> _ACTION ITEM_
Gather from the material every line that contains the string "extrude".

==============================

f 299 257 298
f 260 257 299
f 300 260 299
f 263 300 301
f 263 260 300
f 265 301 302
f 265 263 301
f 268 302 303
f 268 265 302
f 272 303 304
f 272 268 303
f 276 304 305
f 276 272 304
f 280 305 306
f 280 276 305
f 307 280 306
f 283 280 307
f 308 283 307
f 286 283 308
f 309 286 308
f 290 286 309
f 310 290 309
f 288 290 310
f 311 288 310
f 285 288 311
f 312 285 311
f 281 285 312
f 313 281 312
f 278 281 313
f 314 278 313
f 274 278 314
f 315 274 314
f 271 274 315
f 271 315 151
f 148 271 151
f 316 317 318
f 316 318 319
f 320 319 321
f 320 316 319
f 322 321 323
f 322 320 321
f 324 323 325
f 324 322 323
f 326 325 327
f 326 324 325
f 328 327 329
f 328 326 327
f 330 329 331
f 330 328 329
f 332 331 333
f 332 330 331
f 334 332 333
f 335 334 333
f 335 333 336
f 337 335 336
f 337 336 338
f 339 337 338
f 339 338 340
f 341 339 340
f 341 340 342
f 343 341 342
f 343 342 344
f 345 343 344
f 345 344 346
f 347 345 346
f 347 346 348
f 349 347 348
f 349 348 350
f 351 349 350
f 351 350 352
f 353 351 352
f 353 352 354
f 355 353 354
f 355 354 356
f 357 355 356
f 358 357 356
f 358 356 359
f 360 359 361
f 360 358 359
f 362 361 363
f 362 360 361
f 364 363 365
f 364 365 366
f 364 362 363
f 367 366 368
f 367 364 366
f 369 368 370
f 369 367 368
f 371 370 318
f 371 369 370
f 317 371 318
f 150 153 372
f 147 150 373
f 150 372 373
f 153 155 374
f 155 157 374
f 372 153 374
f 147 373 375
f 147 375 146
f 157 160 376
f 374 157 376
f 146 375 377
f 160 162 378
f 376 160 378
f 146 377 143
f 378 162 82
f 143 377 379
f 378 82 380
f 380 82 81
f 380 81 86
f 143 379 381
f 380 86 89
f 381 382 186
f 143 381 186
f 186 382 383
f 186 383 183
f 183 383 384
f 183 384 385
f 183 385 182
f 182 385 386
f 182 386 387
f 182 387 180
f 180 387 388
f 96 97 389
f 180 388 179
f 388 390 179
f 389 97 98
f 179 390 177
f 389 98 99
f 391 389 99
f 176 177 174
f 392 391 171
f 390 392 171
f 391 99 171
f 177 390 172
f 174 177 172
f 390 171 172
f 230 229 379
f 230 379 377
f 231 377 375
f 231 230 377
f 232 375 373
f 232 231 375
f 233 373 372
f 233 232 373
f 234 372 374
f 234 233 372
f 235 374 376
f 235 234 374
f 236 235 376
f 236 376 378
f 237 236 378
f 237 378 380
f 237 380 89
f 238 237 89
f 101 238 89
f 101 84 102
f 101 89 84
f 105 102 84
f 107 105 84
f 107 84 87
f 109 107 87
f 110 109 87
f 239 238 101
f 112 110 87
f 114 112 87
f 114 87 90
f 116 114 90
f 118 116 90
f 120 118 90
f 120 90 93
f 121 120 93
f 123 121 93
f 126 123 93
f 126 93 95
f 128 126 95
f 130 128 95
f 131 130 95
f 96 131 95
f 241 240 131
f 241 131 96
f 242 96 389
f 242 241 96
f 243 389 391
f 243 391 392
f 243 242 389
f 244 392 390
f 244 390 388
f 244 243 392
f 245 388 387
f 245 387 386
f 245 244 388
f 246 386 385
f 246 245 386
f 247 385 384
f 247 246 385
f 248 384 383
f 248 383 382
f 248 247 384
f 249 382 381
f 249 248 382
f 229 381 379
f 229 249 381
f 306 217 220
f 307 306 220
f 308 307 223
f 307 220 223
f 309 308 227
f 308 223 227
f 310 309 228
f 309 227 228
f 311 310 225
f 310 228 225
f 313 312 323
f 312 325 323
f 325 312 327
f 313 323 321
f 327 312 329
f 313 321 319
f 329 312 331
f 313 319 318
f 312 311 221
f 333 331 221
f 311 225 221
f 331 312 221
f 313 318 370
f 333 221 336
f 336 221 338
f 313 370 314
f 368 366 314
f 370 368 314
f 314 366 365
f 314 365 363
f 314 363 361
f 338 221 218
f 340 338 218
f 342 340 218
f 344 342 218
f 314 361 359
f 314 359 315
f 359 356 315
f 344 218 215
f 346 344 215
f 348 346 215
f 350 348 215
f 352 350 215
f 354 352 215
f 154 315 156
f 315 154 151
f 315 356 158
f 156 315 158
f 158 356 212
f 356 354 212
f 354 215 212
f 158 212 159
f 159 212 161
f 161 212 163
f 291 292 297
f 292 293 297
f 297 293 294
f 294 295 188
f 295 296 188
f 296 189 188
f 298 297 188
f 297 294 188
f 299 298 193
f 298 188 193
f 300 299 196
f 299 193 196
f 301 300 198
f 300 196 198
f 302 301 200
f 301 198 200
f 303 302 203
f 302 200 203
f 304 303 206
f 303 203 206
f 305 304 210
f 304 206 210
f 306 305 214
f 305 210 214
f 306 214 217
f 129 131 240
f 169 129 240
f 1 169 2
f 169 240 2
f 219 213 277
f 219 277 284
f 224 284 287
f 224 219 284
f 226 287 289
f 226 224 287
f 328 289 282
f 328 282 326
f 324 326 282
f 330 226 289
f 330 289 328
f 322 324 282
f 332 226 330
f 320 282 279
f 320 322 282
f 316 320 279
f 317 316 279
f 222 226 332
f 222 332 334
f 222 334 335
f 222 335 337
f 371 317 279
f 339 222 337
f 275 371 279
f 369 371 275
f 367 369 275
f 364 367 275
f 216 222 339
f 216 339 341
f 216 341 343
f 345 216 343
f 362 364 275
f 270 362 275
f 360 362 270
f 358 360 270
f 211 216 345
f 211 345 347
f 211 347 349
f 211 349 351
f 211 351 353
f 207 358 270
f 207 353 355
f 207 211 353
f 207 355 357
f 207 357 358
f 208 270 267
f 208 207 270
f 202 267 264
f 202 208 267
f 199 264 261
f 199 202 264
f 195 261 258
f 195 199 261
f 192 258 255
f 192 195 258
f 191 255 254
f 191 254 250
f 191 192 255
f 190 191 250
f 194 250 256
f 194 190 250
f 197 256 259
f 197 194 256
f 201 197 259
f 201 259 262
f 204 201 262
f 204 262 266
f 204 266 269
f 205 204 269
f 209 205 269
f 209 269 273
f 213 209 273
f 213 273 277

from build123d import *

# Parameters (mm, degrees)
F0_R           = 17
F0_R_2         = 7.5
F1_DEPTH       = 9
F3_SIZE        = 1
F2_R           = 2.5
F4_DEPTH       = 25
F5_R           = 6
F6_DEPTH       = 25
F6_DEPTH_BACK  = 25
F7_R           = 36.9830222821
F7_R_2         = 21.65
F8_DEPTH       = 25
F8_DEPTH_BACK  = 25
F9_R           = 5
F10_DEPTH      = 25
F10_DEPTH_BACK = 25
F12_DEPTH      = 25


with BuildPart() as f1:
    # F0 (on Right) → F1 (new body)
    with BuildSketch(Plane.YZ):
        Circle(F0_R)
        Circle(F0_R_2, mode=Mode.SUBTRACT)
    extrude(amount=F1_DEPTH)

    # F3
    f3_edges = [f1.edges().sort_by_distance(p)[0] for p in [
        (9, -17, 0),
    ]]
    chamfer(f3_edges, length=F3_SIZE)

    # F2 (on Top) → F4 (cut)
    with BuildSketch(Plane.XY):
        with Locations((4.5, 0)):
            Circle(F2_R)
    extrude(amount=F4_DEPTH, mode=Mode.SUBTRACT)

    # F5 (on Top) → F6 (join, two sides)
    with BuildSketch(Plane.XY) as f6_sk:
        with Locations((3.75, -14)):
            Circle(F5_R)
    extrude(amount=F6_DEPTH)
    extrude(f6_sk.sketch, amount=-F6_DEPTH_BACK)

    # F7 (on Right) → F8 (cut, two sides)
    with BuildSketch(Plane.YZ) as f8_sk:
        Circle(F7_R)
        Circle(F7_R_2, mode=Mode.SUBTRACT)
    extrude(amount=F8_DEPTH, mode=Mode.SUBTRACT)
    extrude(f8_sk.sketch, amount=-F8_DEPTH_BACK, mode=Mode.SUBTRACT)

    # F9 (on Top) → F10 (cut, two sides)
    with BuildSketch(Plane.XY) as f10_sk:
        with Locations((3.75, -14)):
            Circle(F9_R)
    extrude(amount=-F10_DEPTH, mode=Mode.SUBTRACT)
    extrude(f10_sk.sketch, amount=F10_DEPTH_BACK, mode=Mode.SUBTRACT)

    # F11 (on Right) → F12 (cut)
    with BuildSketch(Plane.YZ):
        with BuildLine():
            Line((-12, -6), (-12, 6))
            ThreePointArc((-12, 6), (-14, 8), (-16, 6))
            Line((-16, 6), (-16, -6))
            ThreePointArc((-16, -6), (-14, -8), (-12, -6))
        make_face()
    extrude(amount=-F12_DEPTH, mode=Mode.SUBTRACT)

==============================

> _OUTPUT FOR THIS EXERCISE_
    extrude(amount=F1_DEPTH)
    extrude(amount=F4_DEPTH, mode=Mode.SUBTRACT)
    extrude(amount=F6_DEPTH)
    extrude(f6_sk.sketch, amount=-F6_DEPTH_BACK)
    extrude(amount=F8_DEPTH, mode=Mode.SUBTRACT)
    extrude(f8_sk.sketch, amount=-F8_DEPTH_BACK, mode=Mode.SUBTRACT)
    extrude(amount=-F10_DEPTH, mode=Mode.SUBTRACT)
    extrude(f10_sk.sketch, amount=F10_DEPTH_BACK, mode=Mode.SUBTRACT)
    extrude(amount=-F12_DEPTH, mode=Mode.SUBTRACT)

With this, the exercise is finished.